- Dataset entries
□ □ □

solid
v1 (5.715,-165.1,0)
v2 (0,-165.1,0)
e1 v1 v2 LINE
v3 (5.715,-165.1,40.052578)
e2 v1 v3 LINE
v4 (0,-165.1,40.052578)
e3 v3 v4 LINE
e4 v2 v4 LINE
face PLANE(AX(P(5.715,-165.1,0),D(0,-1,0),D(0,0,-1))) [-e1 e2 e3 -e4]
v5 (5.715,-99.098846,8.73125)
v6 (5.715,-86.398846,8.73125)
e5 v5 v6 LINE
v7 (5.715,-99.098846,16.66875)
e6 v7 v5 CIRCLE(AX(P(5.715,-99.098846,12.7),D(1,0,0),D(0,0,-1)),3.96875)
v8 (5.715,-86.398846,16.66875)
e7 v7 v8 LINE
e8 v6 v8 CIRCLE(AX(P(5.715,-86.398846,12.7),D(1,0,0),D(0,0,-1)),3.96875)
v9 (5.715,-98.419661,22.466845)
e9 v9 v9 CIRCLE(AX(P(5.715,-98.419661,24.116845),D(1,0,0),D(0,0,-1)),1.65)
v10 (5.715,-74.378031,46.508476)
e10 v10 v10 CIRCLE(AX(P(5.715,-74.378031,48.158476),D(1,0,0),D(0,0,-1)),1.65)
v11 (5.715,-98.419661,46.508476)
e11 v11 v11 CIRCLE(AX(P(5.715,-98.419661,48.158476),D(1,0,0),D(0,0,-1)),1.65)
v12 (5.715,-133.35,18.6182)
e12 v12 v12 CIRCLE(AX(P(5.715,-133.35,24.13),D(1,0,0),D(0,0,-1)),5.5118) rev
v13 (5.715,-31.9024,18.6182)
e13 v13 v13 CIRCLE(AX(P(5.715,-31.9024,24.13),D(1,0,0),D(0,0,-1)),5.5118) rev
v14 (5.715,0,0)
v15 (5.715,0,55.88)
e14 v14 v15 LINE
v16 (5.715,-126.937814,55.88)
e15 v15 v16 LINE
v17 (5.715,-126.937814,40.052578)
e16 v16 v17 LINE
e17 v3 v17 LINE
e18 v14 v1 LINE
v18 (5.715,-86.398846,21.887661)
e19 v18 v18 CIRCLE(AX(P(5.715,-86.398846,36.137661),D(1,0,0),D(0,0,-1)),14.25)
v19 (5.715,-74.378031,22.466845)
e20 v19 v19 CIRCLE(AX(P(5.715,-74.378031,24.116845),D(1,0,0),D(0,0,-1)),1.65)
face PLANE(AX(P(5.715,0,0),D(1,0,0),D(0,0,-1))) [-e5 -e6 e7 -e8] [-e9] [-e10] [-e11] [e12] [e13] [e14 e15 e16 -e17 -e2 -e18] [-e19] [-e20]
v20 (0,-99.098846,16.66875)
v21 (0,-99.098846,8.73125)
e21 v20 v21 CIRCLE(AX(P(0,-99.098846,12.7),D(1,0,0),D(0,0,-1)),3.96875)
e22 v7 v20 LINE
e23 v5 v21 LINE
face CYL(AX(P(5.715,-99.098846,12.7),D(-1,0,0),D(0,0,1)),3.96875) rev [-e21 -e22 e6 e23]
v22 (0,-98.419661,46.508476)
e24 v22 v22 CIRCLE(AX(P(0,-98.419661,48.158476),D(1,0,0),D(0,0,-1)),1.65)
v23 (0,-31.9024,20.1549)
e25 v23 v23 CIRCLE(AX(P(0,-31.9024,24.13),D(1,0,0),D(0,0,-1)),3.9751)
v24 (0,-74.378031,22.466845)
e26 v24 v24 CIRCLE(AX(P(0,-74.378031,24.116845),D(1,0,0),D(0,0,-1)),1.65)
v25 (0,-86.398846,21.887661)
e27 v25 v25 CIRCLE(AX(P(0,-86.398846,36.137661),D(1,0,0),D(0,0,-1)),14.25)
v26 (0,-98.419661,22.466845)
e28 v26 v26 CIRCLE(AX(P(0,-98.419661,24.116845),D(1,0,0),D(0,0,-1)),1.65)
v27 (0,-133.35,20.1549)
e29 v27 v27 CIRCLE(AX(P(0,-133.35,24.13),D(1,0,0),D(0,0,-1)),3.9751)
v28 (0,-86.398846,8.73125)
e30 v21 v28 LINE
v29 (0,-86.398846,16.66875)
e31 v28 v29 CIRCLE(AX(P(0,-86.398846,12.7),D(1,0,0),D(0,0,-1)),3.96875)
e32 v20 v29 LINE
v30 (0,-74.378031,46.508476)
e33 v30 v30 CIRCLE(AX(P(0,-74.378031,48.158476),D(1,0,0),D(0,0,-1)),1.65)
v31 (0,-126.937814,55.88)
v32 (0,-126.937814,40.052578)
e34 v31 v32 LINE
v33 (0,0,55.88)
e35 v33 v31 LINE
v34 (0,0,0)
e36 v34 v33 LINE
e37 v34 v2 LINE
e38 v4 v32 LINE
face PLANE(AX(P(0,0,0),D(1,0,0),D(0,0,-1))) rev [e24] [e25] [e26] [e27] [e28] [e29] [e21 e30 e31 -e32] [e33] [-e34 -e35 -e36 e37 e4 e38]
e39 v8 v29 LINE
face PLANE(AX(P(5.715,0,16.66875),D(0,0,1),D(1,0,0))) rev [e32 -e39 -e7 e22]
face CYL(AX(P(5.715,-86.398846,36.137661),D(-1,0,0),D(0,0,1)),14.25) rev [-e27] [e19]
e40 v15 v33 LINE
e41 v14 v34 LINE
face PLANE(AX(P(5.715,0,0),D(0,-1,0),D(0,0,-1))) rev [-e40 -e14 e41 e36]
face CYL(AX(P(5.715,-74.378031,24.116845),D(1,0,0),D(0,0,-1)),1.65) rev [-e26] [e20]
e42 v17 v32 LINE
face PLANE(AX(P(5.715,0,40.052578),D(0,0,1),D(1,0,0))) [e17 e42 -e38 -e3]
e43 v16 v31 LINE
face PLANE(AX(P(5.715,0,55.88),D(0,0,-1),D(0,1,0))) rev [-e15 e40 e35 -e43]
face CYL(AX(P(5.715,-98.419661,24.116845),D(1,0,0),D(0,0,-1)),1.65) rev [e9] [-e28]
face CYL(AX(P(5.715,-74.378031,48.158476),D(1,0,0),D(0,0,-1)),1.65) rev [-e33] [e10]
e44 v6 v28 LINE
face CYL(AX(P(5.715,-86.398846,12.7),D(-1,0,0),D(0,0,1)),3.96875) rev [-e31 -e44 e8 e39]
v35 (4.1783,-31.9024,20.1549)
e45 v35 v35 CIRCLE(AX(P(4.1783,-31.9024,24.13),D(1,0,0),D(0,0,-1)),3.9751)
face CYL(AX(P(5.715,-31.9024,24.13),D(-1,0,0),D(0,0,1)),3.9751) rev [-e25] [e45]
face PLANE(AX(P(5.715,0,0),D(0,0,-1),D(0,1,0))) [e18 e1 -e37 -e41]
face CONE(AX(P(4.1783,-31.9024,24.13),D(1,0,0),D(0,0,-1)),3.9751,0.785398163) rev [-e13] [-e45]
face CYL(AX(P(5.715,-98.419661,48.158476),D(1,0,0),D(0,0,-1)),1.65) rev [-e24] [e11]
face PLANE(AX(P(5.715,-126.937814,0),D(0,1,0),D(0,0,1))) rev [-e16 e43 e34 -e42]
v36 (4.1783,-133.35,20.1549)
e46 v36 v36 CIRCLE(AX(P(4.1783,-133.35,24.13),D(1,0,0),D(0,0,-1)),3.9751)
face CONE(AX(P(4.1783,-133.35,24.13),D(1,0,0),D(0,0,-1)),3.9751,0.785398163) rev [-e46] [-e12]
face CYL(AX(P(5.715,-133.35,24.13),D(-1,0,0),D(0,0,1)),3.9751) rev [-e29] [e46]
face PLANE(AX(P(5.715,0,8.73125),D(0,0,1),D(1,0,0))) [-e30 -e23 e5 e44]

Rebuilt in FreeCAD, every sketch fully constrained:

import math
import FreeCAD as App
import Part
import Sketcher
Q = App.Units.Quantity


def edges_at(feature, points):
    """Names of the edges that pass closest to the given points."""
    edges = feature.Shape.Edges
    near = lambda p: min(range(len(edges)), key=lambda i: edges[i].distToShape(Part.Vertex(*p))[0])
    return sorted({f"Edge{near(p) + 1}" for p in points})


def add_polygon(sketch, points):
    """Adds a closed chain of lines whose ends are joined by coincident constraints."""
    first, n = sketch.GeometryCount, len(points)
    for a, b in zip(points, points[1:] + points[:1]):
        sketch.addGeometry(Part.LineSegment(App.Vector(*a, 0), App.Vector(*b, 0)), False)
    for i in range(n):
        sketch.addConstraint(Sketcher.Constraint("Coincident", first + i, 2, first + (i + 1) % n, 1))

doc = App.newDocument("Part")
body = doc.addObject("PartDesign::Body", "Body")

# Sketch on YZ plane
sketch1 = body.newObject("Sketcher::SketchObject", "Sketch")
sketch1.AttachmentSupport = (doc.getObject("YZ_Plane"), [""])
sketch1.MapMode = "FlatFace"
add_polygon(sketch1, [(-165.1, 0), (0, 0), (0, 55.9), (-126.9, 55.9), (-126.9, 40.1), (-165.1, 40.1)])  # lines 0-5
sketch1.addGeometry(Part.LineSegment(App.Vector(-86.4, 8.7, 0), App.Vector(-99.1, 8.7, 0)), False)  # 6
sketch1.addGeometry(Part.ArcOfCircle(Part.Circle(App.Vector(-99.1, 12.7, 0), App.Vector(0, 0, 1), 4), math.radians(90), math.radians(270)), False)  # 7
sketch1.addGeometry(Part.LineSegment(App.Vector(-99.1, 16.7, 0), App.Vector(-86.4, 16.7, 0)), False)  # 8
sketch1.addGeometry(Part.ArcOfCircle(Part.Circle(App.Vector(-86.4, 12.7, 0), App.Vector(0, 0, 1), 4), math.radians(-90), math.radians(90)), False)  # 9
sketch1.addGeometry(Part.Circle(App.Vector(-133.3, 24.1, 0), App.Vector(0, 0, 1), 4), False)  # 10
sketch1.addGeometry(Part.Circle(App.Vector(-31.9, 24.1, 0), App.Vector(0, 0, 1), 4), False)  # 11
sketch1.addGeometry(Part.Circle(App.Vector(-86.4, 36.1, 0), App.Vector(0, 0, 1), 14.2), False)  # 12
sketch1.addConstraint([
    Sketcher.Constraint("Tangent", 6, 2, 7, 2),
    Sketcher.Constraint("Tangent", 7, 1, 8, 1),
    Sketcher.Constraint("Tangent", 8, 2, 9, 2),
    Sketcher.Constraint("Tangent", 9, 1, 6, 1),
    Sketcher.Constraint("Horizontal", 0),
    Sketcher.Constraint("Vertical", 1),
    Sketcher.Constraint("Horizontal", 2),
    Sketcher.Constraint("Vertical", 3),
    Sketcher.Constraint("Horizontal", 4),
    Sketcher.Constraint("Vertical", 5),
    Sketcher.Constraint("Horizontal", 6),
    Sketcher.Constraint("Horizontal", 8),
    Sketcher.Constraint("Coincident", 0, 2, -1, 1),
    Sketcher.Constraint("Equal", 10, 11),
    Sketcher.Constraint("Horizontal", 10, 3, 11, 3),
    Sketcher.Constraint("Vertical", 9, 3, 12, 3),
    Sketcher.Constraint("Diameter", 10, Q("0.313 in")),
    Sketcher.Constraint("DistanceX", 0, 1, 0, 2, Q("6.5 in")),
    Sketcher.Constraint("DistanceX", 6, 2, 6, 1, Q("0.5 in")),
    Sketcher.Constraint("DistanceY", 1, 1, 1, 2, Q("2.2 in")),
    Sketcher.Constraint("Radius", 7, Q("0.15625 in")),
    Sketcher.Constraint("DistanceY", -1, 1, 7, 3, Q("0.5 in")),
    Sketcher.Constraint("Diameter", 12, 28.5),
    Sketcher.Constraint("DistanceX", 10, 3, -1, 1, Q("5.25 in")),
    Sketcher.Constraint("DistanceY", -1, 1, 10, 3, Q("0.95 in")),
    Sketcher.Constraint("DistanceX", 11, 3, -1, 1, Q("1.256 in")),
    Sketcher.Constraint("DistanceY", 3, 2, 3, 1, 15.827422),
    Sketcher.Constraint("DistanceX", 2, 2, 2, 1, 126.937814),
    Sketcher.Constraint("DistanceY", -1, 1, 12, 3, 36.137661),
    Sketcher.Constraint("DistanceX", 2, 2, 12, 3, 40.538968),
])
pad1 = body.newObject("PartDesign::Pad", "Pad")
pad1.Profile = sketch1
pad1.Length = Q("0.225 in")

# Sketch on YZ plane
sketch2 = body.newObject("Sketcher::SketchObject", "Sketch001")
sketch2.AttachmentSupport = (doc.getObject("YZ_Plane"), [""])
sketch2.MapMode = "FlatFace"
sketch2.AttachmentOffset = App.Placement(App.Vector(0, 0, 0.225 * 25.4), App.Rotation())
sketch2.addGeometry([
    Part.Circle(App.Vector(-74.4, 48.2, 0), App.Vector(0, 0, 1), 1.6),
    Part.Circle(App.Vector(-74.4, 24.1, 0), App.Vector(0, 0, 1), 1.6),
    Part.Circle(App.Vector(-98.4, 24.1, 0), App.Vector(0, 0, 1), 1.6),
    Part.Circle(App.Vector(-98.4, 48.2, 0), App.Vector(0, 0, 1), 1.6),
], False)
sketch2.addConstraint([
    Sketcher.Constraint("Equal", 0, 1),
    Sketcher.Constraint("Equal", 1, 2),
    Sketcher.Constraint("Equal", 2, 3),
    Sketcher.Constraint("Horizontal", 1, 3, 2, 3),
    Sketcher.Constraint("Horizontal", 0, 3, 3, 3),
    Sketcher.Constraint("Vertical", 0, 3, 1, 3),
    Sketcher.Constraint("Vertical", 2, 3, 3, 3),
    Sketcher.Constraint("Diameter", 0, 3.3),
    Sketcher.Constraint("DistanceX", 0, 3, -1, 1, 74.378031),
    Sketcher.Constraint("DistanceX", 2, 3, -1, 1, 98.419661),
    Sketcher.Constraint("DistanceY", 1, 3, 0, 3, 24.041631),
    Sketcher.Constraint("DistanceY", -1, 1, 0, 3, 48.158476),
])
doc.recompute()
hole = body.newObject("PartDesign::Hole", "Hole")
hole.Profile = sketch2
hole.ThreadType = "None"
hole.Diameter = 3.3
hole.DepthType = "ThroughAll"
doc.recompute()

chamfer = body.newObject("PartDesign::Chamfer", "Chamfer")
chamfer.Base = (hole, edges_at(hole, [(5.715, -31.902, 28.105), (5.715, -133.35, 28.105)]))
chamfer.Size = Q("0.0605 in")

doc.recompute()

□ □ □

- Exercise goal
Your output should consist solely of the lines from the beginning of the entries through the line containing "e20 v19 v19", reproduced exactly.

- Exercise solution
solid
v1 (5.715,-165.1,0)
v2 (0,-165.1,0)
e1 v1 v2 LINE
v3 (5.715,-165.1,40.052578)
e2 v1 v3 LINE
v4 (0,-165.1,40.052578)
e3 v3 v4 LINE
e4 v2 v4 LINE
face PLANE(AX(P(5.715,-165.1,0),D(0,-1,0),D(0,0,-1))) [-e1 e2 e3 -e4]
v5 (5.715,-99.098846,8.73125)
v6 (5.715,-86.398846,8.73125)
e5 v5 v6 LINE
v7 (5.715,-99.098846,16.66875)
e6 v7 v5 CIRCLE(AX(P(5.715,-99.098846,12.7),D(1,0,0),D(0,0,-1)),3.96875)
v8 (5.715,-86.398846,16.66875)
e7 v7 v8 LINE
e8 v6 v8 CIRCLE(AX(P(5.715,-86.398846,12.7),D(1,0,0),D(0,0,-1)),3.96875)
v9 (5.715,-98.419661,22.466845)
e9 v9 v9 CIRCLE(AX(P(5.715,-98.419661,24.116845),D(1,0,0),D(0,0,-1)),1.65)
v10 (5.715,-74.378031,46.508476)
e10 v10 v10 CIRCLE(AX(P(5.715,-74.378031,48.158476),D(1,0,0),D(0,0,-1)),1.65)
v11 (5.715,-98.419661,46.508476)
e11 v11 v11 CIRCLE(AX(P(5.715,-98.419661,48.158476),D(1,0,0),D(0,0,-1)),1.65)
v12 (5.715,-133.35,18.6182)
e12 v12 v12 CIRCLE(AX(P(5.715,-133.35,24.13),D(1,0,0),D(0,0,-1)),5.5118) rev
v13 (5.715,-31.9024,18.6182)
e13 v13 v13 CIRCLE(AX(P(5.715,-31.9024,24.13),D(1,0,0),D(0,0,-1)),5.5118) rev
v14 (5.715,0,0)
v15 (5.715,0,55.88)
e14 v14 v15 LINE
v16 (5.715,-126.937814,55.88)
e15 v15 v16 LINE
v17 (5.715,-126.937814,40.052578)
e16 v16 v17 LINE
e17 v3 v17 LINE
e18 v14 v1 LINE
v18 (5.715,-86.398846,21.887661)
e19 v18 v18 CIRCLE(AX(P(5.715,-86.398846,36.137661),D(1,0,0),D(0,0,-1)),14.25)
v19 (5.715,-74.378031,22.466845)
e20 v19 v19 CIRCLE(AX(P(5.715,-74.378031,24.116845),D(1,0,0),D(0,0,-1)),1.65)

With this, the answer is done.